WASHINGTON, Nov. 6, 2001 -- An operation that deceptively sells its gold card by representing that it is a MasterCard or Visa has been shut down by a U. S. District Court at the request of the Federal Trade Commission.

According to the FTC, the defendants enticed consumers who had negative credit histories with promises of high credit limits and zero percent interest rates. Instead, the "merchant card" they provided only allowed users to purchase items from the defendants' Web sites or catalogs. The defendants' assets have been frozen and a receiver has been appointed pending trial on FTC charges that the scheme violates federal law.

The FTC complaint names Salyon, Inc., d/b/a First Liberty Financial, Salyon National Credit, Shop Salyon, Quicklinks.com, and their principals, Mark Joseph Lyon, John Donald Lyon, and Kurt Charles Uhler. The defendants are based in Aliso Viejo, California and Lake Forest, California.

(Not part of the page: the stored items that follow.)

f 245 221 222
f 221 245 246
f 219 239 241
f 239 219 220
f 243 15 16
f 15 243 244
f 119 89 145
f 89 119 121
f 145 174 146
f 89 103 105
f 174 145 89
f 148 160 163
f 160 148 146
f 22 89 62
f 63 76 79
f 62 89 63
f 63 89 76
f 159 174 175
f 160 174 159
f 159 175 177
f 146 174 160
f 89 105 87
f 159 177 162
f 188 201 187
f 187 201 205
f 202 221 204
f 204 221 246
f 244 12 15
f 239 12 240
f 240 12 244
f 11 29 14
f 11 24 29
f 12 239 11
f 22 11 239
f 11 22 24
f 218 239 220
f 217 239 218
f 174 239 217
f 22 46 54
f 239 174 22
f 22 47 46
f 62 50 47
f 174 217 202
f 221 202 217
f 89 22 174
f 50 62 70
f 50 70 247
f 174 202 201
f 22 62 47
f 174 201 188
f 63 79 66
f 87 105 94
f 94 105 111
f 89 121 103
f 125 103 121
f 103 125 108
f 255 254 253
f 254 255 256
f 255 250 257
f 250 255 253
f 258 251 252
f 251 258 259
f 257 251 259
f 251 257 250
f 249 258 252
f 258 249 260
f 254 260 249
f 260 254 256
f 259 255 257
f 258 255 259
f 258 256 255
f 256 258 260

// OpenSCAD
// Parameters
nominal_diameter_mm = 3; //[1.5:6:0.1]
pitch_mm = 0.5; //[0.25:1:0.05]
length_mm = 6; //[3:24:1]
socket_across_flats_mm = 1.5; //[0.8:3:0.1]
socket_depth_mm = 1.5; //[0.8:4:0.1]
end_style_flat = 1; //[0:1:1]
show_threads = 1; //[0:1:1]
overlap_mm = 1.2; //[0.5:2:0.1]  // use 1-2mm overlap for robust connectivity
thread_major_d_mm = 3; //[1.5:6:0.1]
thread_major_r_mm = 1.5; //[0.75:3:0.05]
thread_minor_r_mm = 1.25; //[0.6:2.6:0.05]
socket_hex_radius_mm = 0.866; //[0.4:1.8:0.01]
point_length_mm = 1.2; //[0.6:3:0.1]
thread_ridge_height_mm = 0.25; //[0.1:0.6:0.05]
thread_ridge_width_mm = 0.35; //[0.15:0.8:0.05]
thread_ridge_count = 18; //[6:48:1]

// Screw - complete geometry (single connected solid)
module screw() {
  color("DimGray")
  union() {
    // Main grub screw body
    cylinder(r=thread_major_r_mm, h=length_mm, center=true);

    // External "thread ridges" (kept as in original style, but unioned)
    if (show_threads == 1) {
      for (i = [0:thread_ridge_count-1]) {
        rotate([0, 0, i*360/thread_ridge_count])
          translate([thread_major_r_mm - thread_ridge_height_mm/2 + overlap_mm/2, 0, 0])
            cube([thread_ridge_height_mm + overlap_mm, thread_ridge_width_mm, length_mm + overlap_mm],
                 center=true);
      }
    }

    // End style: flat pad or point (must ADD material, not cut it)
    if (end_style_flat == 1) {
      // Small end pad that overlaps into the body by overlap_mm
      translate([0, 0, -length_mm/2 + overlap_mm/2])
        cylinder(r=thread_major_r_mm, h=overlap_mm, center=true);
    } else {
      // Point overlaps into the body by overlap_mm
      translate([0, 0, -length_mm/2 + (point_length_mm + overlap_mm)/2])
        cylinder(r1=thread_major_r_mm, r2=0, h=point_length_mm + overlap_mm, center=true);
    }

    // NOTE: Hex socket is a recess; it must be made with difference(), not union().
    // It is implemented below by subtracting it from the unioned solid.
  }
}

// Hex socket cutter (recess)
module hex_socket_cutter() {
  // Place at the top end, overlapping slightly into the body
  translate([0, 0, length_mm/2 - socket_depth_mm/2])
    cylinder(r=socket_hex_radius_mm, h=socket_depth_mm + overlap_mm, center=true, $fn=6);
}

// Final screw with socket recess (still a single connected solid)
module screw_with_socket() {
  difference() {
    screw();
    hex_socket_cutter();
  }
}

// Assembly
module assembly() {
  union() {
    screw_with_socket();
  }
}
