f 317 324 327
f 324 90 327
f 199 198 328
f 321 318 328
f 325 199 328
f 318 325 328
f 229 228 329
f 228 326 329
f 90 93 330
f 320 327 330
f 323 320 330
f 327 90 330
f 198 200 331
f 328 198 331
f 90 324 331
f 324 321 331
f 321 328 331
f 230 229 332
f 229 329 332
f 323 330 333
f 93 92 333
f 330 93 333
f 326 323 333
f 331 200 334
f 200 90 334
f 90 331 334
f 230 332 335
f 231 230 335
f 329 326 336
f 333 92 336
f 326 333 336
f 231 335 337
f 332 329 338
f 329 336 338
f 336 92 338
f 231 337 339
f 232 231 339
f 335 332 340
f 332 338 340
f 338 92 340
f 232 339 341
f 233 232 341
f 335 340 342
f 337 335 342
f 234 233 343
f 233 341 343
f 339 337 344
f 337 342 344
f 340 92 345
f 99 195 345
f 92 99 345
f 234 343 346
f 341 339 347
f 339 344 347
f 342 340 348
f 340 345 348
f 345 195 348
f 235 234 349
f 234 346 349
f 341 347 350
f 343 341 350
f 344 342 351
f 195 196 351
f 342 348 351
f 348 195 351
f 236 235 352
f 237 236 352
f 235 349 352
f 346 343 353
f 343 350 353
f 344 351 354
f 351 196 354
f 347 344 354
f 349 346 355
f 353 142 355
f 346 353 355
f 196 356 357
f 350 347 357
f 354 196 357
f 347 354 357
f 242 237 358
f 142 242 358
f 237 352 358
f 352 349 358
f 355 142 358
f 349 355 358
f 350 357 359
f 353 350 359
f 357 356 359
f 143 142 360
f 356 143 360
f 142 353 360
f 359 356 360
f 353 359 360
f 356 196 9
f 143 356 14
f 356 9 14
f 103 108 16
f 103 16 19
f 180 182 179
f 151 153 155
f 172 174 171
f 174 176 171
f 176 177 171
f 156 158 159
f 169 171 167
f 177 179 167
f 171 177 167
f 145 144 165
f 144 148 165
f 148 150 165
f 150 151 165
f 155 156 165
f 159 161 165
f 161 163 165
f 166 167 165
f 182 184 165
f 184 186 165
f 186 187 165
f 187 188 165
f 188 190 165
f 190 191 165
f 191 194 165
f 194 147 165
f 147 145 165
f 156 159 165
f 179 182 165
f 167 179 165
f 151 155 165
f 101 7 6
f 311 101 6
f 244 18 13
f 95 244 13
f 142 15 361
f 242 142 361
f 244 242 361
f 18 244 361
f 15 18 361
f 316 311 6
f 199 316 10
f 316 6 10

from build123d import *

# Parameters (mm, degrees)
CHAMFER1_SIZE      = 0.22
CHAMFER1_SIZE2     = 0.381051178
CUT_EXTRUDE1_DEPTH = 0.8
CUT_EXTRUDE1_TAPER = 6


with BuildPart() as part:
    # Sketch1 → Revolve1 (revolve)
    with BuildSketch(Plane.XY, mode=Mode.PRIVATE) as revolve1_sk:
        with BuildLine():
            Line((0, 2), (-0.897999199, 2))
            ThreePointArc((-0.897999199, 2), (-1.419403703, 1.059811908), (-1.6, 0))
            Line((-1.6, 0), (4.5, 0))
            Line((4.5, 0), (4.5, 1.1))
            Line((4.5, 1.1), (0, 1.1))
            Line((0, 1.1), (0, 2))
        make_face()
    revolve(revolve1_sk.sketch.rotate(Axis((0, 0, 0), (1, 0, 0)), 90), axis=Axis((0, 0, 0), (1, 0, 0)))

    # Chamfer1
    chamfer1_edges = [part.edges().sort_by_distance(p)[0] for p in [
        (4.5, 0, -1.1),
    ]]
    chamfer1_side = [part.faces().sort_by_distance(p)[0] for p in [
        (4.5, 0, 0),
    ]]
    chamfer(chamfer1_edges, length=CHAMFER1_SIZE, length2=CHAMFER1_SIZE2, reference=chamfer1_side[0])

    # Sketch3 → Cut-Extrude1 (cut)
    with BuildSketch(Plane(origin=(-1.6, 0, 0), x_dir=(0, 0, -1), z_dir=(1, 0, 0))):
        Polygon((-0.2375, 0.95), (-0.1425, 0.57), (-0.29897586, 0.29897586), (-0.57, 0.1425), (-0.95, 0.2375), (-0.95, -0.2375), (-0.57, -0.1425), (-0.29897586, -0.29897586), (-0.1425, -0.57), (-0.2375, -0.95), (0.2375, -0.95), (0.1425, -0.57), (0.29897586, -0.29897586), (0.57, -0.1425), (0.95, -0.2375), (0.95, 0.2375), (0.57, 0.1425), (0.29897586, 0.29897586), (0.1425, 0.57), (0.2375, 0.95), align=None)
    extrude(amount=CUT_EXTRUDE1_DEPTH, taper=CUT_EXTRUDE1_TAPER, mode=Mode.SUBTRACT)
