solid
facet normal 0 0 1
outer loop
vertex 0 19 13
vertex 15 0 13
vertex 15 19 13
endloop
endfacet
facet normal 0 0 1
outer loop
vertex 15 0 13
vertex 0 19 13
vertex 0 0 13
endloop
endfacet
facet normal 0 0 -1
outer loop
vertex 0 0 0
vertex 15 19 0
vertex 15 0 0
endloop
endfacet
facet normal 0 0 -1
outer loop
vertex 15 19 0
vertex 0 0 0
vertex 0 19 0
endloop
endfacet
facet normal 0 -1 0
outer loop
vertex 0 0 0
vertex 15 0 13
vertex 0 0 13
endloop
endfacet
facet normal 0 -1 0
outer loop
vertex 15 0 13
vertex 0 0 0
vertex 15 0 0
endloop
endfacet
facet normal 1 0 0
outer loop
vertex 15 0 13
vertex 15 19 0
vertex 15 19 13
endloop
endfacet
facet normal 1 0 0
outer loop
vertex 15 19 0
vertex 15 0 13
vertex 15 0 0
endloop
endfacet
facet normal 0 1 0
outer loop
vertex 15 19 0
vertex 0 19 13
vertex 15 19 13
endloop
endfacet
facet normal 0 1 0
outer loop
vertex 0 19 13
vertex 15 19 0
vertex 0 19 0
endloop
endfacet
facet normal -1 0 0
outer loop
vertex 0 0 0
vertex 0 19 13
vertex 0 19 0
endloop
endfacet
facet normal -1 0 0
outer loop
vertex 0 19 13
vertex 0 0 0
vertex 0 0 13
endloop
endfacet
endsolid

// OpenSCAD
// Generated by SolidPython 1.0.1 on 2020-07-29 00:46:56


cube(size = [15, 19, 13]);
/***********************************************
*********      SolidPython code:      **********
************************************************
 
# import packages: SolidPython
from solid import *
from solid.utils import *
from itertools import chain, combinations, permutations


class Resize:

    def __init__(self, scad_file):
        self.scad_file = scad_file
        #self.scad_file = import_scad(scad_file)
        # cone/cylinder param:
        self.r1 = 0
        self.r2 = 0
        self.h = 0
        # rectangular prism param:
        self.w = 0
        self.l = 0
        # ellipse param:
        self.r = 0

    # import OpenScad code (file name corresponds to shape)


    # classify shape + parameters
    def assign(self, param1, param2, param3):
        if self.scad_file == 'cone.scad':
            self.r1 = param1
            self.r2 = param2
            self.h = param3
        elif self.scad_file == 'cylinder.scad':
            self.r1 = param1
            self.r2 = param2
            self.h = param3
        elif self.scad_file == 'rectangularPrism.scad':
            self.h = param1
            self.l = param2
            self.w = param3
        else:
            self.r = param1
            self.h = param2

    # resize parameters
    def iterate(self):
        x = range(3, 20, 2)
        i = 1
        if self.scad_file == 'cone.scad':
            tempList = list(permutations(x, 2))
            for temp in tempList:
                param1 = temp[0]
                param2 = temp[1]
                filepath = 'produced_scad_files/' + 'cone' + str(param1) + '_' + str(param2) + '_' + '.scad'
                scad_render_to_file(cylinder(h=param1, r1=param2, r2=0), filepath)

        elif self.scad_file == 'cylinder.scad':
            tempList = list(permutations(x, 3))
            for temp in tempList:
                param1 = temp[0]
                param2 = temp[1]
                filepath = 'produced_scad_files/' + 'cylinder' + str(param1) + '_' + str(param2) + '_' + '.scad'
                scad_render_to_file(cylinder(h=param1, r1=param2, r2=param2), filepath)

        elif self.scad_file == 'rectangularPrism.scad':
            tempList = list(permutations(x, 3))
            for temp in tempList:
                param1 = temp[0]
                param2 = temp[1]
                param3 = temp[2]
                filepath = 'produced_scad_files/' + 'rectangularPrism' + str(param1) + '_' + str(param2) + '_' + str(
                    param3) + '.scad'
                scad_render_to_file(cube(size=(param1, param2, param3)), filepath)

        elif self.scad_file == 'ellipse.scad':
            tempList = list(permutations(x, 4))
            for temp in tempList:
                param1 = temp[0]
                param2 = temp[1]
                param3 = temp[2]
                param4 = temp[3]
                filepath = 'produced_scad_files/' + 'ellipse' + str(param1) + '_' + str(param2) + '_' + str(param3) + '_' + str(param4) + '.scad'
                scad_render_to_file(scale([param1, param2, param3])(sphere(r=param4)), filepath)

    def render_to_scadfile(self):
        scad_render_to_file(scad, 'example.scad') 
 
************************************************/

The FTC alleged that the defendants targeted consumers with negative credit histories, using pitches like, "You can re-establish your good credit!" and "Account Status: APPROVED GOLD CARD." For fees ranging from $49 to $64, the defendants offered "pre-approved" credit cards with $15,000 credit limits, and zero percent interest rates for the first year.

Their mailings claimed that consumers who posted a favorable payment history with the new card would have these payment histories reported to the three major credit reporting agencies. They also claimed that consumers who maintained a favorable payment record would be issued a MasterCard with even better terms -- a lifetime zero percentage rate.

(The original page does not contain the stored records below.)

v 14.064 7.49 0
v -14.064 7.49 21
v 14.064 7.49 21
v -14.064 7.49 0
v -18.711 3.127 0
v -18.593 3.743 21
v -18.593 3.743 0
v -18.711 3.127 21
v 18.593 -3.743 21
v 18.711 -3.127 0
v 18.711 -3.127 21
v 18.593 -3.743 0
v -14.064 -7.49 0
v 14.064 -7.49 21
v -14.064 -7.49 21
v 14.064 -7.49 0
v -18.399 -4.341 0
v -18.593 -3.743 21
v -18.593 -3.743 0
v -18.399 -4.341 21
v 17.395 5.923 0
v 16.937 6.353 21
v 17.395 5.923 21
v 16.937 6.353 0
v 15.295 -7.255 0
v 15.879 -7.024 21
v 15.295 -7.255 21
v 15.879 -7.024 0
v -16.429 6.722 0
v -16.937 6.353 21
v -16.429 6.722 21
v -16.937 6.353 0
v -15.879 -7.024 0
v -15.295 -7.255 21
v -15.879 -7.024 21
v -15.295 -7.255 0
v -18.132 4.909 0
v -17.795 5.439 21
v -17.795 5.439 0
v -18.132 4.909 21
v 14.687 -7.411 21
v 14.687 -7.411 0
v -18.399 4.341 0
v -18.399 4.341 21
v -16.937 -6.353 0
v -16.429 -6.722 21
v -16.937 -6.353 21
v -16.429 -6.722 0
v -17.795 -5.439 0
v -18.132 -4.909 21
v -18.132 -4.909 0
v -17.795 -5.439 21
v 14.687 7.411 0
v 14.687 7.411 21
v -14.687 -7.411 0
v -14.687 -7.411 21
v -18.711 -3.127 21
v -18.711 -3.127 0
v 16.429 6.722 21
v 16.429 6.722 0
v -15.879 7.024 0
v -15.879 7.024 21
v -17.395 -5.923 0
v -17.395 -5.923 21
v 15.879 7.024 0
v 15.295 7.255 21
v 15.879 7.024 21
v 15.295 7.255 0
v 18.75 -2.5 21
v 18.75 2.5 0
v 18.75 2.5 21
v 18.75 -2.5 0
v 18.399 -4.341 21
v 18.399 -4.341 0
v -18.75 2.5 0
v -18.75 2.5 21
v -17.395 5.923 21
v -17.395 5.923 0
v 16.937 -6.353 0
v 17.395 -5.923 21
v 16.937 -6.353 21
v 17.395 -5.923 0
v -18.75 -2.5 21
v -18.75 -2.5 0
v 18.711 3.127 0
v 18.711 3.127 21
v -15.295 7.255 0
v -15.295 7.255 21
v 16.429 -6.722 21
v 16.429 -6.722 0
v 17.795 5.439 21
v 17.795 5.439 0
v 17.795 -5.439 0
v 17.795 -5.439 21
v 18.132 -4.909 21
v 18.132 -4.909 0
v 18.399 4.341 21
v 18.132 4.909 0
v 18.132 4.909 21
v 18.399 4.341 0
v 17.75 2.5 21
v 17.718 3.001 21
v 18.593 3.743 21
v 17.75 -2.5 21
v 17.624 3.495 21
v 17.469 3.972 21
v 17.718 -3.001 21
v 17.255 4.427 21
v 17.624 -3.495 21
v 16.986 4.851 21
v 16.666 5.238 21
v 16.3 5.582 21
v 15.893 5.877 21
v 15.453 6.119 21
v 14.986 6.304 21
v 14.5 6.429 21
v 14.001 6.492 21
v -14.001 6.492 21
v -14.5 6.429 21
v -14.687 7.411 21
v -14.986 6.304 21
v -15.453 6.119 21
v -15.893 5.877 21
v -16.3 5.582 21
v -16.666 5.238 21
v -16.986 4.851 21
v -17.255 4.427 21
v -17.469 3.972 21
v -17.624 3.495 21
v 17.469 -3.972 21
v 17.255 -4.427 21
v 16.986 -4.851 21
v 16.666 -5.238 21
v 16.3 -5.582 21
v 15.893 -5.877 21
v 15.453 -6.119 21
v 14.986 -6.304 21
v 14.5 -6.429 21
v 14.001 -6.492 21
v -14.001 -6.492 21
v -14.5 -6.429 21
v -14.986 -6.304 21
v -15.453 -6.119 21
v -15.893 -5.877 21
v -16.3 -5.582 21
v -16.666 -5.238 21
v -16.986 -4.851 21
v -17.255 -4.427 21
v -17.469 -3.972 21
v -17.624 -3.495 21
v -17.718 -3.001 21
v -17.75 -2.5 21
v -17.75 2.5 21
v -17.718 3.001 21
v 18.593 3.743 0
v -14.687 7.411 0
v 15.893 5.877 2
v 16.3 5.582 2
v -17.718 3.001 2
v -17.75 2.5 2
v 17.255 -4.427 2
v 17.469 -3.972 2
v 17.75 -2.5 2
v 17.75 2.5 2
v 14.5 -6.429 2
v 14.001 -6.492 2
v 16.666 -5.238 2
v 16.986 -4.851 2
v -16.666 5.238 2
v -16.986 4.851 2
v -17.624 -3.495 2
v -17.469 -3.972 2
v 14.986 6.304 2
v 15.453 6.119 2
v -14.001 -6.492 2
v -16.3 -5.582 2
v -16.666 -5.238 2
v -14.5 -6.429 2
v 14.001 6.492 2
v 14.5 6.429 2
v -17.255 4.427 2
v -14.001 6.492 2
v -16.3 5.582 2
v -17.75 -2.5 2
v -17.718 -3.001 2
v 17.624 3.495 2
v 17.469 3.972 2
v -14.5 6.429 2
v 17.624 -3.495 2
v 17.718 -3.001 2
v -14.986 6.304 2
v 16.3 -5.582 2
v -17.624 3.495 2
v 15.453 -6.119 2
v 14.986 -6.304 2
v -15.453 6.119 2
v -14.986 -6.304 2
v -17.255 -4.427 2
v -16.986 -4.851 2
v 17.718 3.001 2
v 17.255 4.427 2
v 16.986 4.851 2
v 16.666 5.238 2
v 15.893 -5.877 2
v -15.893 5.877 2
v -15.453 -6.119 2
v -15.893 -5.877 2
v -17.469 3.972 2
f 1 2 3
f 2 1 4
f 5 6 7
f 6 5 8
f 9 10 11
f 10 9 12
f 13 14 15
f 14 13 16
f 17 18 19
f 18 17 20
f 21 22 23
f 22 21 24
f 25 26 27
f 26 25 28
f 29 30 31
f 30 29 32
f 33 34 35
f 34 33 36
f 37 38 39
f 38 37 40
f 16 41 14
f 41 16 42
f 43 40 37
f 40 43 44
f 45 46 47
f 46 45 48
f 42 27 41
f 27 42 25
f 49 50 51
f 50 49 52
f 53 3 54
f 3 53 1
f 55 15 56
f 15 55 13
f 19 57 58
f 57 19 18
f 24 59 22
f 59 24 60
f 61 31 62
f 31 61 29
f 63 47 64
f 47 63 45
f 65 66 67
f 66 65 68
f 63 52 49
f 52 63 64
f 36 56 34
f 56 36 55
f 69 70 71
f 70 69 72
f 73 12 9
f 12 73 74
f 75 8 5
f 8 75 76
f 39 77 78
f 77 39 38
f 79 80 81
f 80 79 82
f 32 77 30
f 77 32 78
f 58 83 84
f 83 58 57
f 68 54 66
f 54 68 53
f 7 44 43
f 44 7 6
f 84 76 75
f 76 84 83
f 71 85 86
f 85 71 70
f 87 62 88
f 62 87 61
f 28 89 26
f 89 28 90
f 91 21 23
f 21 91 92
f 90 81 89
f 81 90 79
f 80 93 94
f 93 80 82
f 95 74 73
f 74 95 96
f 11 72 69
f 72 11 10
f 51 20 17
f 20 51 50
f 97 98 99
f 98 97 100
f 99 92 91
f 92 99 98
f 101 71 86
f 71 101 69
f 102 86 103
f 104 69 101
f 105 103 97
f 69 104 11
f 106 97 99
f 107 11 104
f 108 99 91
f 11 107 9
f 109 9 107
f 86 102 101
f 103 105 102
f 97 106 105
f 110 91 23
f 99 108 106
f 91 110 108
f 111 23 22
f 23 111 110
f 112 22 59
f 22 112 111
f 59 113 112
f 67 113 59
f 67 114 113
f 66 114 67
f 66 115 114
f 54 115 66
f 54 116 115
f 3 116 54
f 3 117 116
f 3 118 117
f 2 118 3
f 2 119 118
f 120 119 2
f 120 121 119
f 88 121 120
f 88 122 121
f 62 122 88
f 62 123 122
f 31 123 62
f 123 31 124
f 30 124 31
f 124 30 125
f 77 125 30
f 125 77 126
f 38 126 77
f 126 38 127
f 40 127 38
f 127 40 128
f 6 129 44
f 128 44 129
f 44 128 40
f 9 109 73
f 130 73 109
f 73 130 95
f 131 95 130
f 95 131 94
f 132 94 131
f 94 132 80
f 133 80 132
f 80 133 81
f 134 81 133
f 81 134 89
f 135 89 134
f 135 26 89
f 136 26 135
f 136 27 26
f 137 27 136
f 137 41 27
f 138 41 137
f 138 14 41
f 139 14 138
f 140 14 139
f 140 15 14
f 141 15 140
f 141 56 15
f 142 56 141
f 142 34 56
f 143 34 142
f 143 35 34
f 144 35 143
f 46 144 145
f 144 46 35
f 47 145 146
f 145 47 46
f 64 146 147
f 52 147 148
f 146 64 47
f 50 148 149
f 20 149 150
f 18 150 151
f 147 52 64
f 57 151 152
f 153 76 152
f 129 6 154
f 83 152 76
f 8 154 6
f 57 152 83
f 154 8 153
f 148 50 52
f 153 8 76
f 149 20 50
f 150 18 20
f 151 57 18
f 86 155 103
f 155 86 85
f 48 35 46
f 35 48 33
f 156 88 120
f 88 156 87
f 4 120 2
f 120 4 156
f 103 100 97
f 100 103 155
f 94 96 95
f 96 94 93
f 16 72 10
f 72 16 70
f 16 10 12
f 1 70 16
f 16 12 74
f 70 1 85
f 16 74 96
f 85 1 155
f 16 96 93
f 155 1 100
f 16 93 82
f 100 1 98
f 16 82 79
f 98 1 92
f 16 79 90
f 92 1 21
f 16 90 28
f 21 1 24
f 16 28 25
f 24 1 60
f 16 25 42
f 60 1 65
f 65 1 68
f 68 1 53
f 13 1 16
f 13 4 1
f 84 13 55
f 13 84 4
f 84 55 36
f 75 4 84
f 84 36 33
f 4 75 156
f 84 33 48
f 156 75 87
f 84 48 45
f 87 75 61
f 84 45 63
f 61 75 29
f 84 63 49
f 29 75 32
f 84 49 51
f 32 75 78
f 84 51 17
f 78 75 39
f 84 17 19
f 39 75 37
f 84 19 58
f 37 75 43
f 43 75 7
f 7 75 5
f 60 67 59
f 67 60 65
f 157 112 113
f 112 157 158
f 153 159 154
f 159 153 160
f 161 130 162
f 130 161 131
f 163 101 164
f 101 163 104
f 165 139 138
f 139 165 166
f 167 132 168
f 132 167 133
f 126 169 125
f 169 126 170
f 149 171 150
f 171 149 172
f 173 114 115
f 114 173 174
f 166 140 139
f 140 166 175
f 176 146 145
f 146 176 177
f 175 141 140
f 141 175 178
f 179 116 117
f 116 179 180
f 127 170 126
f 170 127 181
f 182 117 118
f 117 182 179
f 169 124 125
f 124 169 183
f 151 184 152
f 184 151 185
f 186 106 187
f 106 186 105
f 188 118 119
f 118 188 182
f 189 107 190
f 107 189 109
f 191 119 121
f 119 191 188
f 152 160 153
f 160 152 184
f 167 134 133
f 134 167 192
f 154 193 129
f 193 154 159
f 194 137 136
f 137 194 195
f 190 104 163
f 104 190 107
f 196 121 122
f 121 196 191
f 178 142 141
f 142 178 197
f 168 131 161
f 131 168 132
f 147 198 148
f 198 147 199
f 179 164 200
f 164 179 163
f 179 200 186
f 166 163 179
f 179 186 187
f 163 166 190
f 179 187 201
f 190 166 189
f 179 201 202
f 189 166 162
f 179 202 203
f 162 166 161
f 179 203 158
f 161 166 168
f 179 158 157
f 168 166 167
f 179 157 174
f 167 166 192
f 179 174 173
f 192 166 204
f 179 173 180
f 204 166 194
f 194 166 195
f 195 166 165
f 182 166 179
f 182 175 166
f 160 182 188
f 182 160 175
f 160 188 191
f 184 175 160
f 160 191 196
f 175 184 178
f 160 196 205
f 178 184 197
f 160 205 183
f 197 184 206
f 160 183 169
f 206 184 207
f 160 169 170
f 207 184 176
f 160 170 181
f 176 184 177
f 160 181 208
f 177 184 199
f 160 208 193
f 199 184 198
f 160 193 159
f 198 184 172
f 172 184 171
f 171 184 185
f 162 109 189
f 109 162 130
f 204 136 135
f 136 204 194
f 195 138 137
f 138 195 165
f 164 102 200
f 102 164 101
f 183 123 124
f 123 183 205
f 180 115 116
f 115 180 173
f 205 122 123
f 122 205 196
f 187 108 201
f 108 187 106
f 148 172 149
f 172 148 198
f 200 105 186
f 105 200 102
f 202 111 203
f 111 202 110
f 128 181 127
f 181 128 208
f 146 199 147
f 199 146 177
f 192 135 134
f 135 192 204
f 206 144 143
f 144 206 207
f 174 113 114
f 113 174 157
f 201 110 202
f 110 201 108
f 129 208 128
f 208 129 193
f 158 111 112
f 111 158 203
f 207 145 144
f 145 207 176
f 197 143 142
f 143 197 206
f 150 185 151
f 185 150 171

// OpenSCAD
$fn = 50;


difference() {
	union() {
		hull() {
			translate(v = [-13.7500000000, 2.5000000000, 0]) {
				cylinder(h = 21, r = 5);
			}
			translate(v = [13.7500000000, 2.5000000000, 0]) {
				cylinder(h = 21, r = 5);
			}
			translate(v = [-13.7500000000, -2.5000000000, 0]) {
				cylinder(h = 21, r = 5);
			}
			translate(v = [13.7500000000, -2.5000000000, 0]) {
				cylinder(h = 21, r = 5);
			}
		}
	}
	union() {
		translate(v = [0, 0, 2]) {
			hull() {
				translate(v = [-13.7500000000, 2.5000000000, 0]) {
					cylinder(h = 19, r = 4);
				}
				translate(v = [13.7500000000, 2.5000000000, 0]) {
					cylinder(h = 19, r = 4);
				}
				translate(v = [-13.7500000000, -2.5000000000, 0]) {
					cylinder(h = 19, r = 4);
				}
				translate(v = [13.7500000000, -2.5000000000, 0]) {
					cylinder(h = 19, r = 4);
				}
			}
		}
	}
}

According to the FTC, the defendants failed to disclose that the cards they issued could only be used to purchase items from their own catalogs and Web sites, and that consumers could only charge 30 percent to 50 percent of the purchase price. They had to pay the remainder using a check or money order. Consumers only learned the cards were not full service credit cards after they had paid the defendants, the FTC alleged.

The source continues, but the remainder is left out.